7. The quasi-real-time gamma dose rate measuring device based on the pulsed light extraction technology according to claim 1, characterized in that: the laser reflector is a dielectric film reflector, and the reflectivity of the 530nm-534nm wavelength is more than 98%; the laser filter is a dielectric film band-pass filter, the transmissivity of the wavelength of 530nm-534nm is more than 96%, and the optical density of the wavelength of 350nm-480nm is not less than 6; the dichroic mirror is a long-wave-pass dichroic mirror, the transmittance of the wavelength of 530nm-534nm is greater than 95%, and the reflectance of the wavelength of 350nm-480nm is greater than 96%; 2 lenses in the photoelectric control box are aspheric lenses, the surfaces on two sides are plated with antireflection films, the average reflectivity of each surface at the wavelength of 350nm-550nm is less than 0.5%, wherein the 1 st lens is used for focusing exciting light and collimating photoluminescent light, and the 2 nd lens is used for focusing photoluminescent light; 2 of the 3 fluorescent filters are dielectric film band-pass filters, the optical density of the wavelength of 530nm-534nm is not less than 6, the average transmittance of the wavelength of 350nm-480nm is not less than 95%, the other 1 is a color glass filter which is produced by Schottky and has the thickness of 1mm-2mm and the brand number of BG3, the surfaces of two sides are plated with antireflection films, and the average reflectance of each surface at the wavelength of 350nm-550nm is less than 0.5%.

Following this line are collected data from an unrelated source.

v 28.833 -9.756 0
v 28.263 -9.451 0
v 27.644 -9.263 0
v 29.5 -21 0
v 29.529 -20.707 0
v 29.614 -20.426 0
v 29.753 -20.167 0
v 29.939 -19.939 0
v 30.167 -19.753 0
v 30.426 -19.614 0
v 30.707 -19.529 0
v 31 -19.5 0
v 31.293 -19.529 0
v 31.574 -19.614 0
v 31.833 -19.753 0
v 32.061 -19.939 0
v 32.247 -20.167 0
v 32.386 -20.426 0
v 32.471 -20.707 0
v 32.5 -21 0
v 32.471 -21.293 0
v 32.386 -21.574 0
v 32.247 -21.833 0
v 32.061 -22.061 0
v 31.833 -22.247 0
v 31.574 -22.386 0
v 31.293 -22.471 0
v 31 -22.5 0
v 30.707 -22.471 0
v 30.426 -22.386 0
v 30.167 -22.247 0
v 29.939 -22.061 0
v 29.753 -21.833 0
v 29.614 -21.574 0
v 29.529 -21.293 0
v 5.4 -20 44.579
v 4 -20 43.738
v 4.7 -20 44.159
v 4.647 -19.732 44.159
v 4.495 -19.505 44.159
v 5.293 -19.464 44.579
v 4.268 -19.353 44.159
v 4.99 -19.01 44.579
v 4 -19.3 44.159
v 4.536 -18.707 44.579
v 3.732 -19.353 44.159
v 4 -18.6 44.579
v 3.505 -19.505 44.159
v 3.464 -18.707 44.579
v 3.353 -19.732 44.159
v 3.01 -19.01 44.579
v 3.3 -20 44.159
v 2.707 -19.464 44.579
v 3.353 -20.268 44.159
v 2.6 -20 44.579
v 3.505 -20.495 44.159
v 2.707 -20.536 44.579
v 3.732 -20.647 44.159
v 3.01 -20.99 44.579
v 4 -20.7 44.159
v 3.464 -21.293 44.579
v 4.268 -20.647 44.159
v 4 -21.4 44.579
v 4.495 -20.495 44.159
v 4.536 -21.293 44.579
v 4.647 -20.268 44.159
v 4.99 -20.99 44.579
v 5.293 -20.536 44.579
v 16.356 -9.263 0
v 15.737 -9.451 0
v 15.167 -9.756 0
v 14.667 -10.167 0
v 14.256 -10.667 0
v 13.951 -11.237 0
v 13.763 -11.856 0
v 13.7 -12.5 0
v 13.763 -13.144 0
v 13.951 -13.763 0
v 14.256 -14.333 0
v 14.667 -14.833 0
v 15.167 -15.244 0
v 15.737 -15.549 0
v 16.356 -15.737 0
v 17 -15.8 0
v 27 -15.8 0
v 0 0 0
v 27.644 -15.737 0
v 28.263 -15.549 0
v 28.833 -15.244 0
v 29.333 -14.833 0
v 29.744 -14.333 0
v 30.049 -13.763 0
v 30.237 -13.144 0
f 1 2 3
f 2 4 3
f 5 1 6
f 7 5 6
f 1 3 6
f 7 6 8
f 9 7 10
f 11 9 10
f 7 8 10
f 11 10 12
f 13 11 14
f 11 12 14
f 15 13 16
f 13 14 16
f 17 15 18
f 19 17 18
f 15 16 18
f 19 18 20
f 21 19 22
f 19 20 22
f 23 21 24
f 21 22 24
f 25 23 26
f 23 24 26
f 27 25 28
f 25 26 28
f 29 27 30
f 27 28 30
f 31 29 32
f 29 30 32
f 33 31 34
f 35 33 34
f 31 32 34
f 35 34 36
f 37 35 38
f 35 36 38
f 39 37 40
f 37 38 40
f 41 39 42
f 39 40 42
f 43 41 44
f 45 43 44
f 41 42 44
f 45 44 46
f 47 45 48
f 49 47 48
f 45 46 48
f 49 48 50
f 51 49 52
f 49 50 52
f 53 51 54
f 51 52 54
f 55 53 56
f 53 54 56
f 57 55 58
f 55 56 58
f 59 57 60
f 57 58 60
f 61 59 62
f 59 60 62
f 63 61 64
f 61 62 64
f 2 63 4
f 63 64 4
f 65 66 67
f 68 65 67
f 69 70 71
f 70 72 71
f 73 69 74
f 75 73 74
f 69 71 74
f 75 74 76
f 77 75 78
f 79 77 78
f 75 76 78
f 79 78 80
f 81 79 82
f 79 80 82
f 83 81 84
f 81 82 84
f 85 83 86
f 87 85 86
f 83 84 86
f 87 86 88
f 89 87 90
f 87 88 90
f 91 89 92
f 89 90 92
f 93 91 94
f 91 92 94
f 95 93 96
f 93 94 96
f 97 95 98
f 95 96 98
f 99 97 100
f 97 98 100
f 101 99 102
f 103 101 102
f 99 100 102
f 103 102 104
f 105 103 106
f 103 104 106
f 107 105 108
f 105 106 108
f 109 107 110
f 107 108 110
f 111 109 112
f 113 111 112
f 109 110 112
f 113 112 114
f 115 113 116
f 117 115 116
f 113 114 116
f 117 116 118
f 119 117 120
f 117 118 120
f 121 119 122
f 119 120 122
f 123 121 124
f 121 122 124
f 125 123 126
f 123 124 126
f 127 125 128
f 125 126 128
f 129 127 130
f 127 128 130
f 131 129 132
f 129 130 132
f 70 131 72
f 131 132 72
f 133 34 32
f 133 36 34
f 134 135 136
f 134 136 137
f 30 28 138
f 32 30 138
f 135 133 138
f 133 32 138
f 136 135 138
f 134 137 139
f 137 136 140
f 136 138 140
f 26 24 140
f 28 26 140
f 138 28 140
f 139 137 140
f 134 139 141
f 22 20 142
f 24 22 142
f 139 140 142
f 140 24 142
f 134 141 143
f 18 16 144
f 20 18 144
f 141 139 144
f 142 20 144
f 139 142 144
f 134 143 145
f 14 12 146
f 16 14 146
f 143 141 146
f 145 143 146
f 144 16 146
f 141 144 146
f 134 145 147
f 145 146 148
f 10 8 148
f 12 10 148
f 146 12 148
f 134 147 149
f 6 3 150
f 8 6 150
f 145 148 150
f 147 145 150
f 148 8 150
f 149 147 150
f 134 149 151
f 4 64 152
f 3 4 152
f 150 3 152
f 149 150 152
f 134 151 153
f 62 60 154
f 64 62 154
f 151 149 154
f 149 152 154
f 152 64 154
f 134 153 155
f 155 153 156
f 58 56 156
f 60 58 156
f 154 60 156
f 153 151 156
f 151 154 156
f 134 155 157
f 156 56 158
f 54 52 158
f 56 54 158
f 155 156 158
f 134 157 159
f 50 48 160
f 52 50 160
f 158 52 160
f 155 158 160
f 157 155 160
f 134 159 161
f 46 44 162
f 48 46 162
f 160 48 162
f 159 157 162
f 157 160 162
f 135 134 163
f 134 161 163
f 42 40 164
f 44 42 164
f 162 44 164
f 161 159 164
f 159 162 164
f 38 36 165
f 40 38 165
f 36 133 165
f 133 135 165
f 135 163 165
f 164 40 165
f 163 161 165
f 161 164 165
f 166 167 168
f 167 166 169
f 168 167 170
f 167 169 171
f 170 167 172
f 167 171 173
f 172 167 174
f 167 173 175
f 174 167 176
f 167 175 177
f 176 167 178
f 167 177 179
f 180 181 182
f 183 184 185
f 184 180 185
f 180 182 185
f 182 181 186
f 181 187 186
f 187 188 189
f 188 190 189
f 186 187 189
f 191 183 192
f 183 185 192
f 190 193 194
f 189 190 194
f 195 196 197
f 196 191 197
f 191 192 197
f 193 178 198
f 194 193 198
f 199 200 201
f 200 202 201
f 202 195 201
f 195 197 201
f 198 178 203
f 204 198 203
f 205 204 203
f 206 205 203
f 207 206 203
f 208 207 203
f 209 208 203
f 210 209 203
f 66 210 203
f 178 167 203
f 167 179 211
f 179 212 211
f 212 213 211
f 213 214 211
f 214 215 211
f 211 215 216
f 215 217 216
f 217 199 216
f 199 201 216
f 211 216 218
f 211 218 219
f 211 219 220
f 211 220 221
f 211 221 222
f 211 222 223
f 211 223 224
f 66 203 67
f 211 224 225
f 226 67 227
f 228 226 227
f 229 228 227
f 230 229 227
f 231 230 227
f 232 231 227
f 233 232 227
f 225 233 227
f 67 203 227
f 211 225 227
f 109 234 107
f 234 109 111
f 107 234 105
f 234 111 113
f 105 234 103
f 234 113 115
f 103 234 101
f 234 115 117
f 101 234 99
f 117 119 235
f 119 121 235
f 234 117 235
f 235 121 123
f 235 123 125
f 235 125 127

8. The quasi-real-time gamma dose rate measuring device based on the pulsed light extraction technology according to claim 1, characterized in that: the photomultiplier is a gate-controlled photomultiplier applicable to single photon counting, and the amplification factor is not less than 2 multiplied by 10 ⁶ The pulse rise time is not more than 2ns, the dark count rate is not more than 10cps, the entrance window is borosilicate glass, the photocathode is double-alkali material, the minimum pulse width of the gate control signal is not more than 1 mus, the minimum repetition frequency is not less than 10kHz, and the rise time and the fall time are not more than 100ns.

9. The quasi-real-time gamma dose rate measuring device based on the pulsed light extraction technology according to claim 1, characterized in that: the input bandwidth of the timing control and signal processing unit is not less than 300MHz, and the input bandwidth has fixed pulse pair resolution which is not more than 20 ns.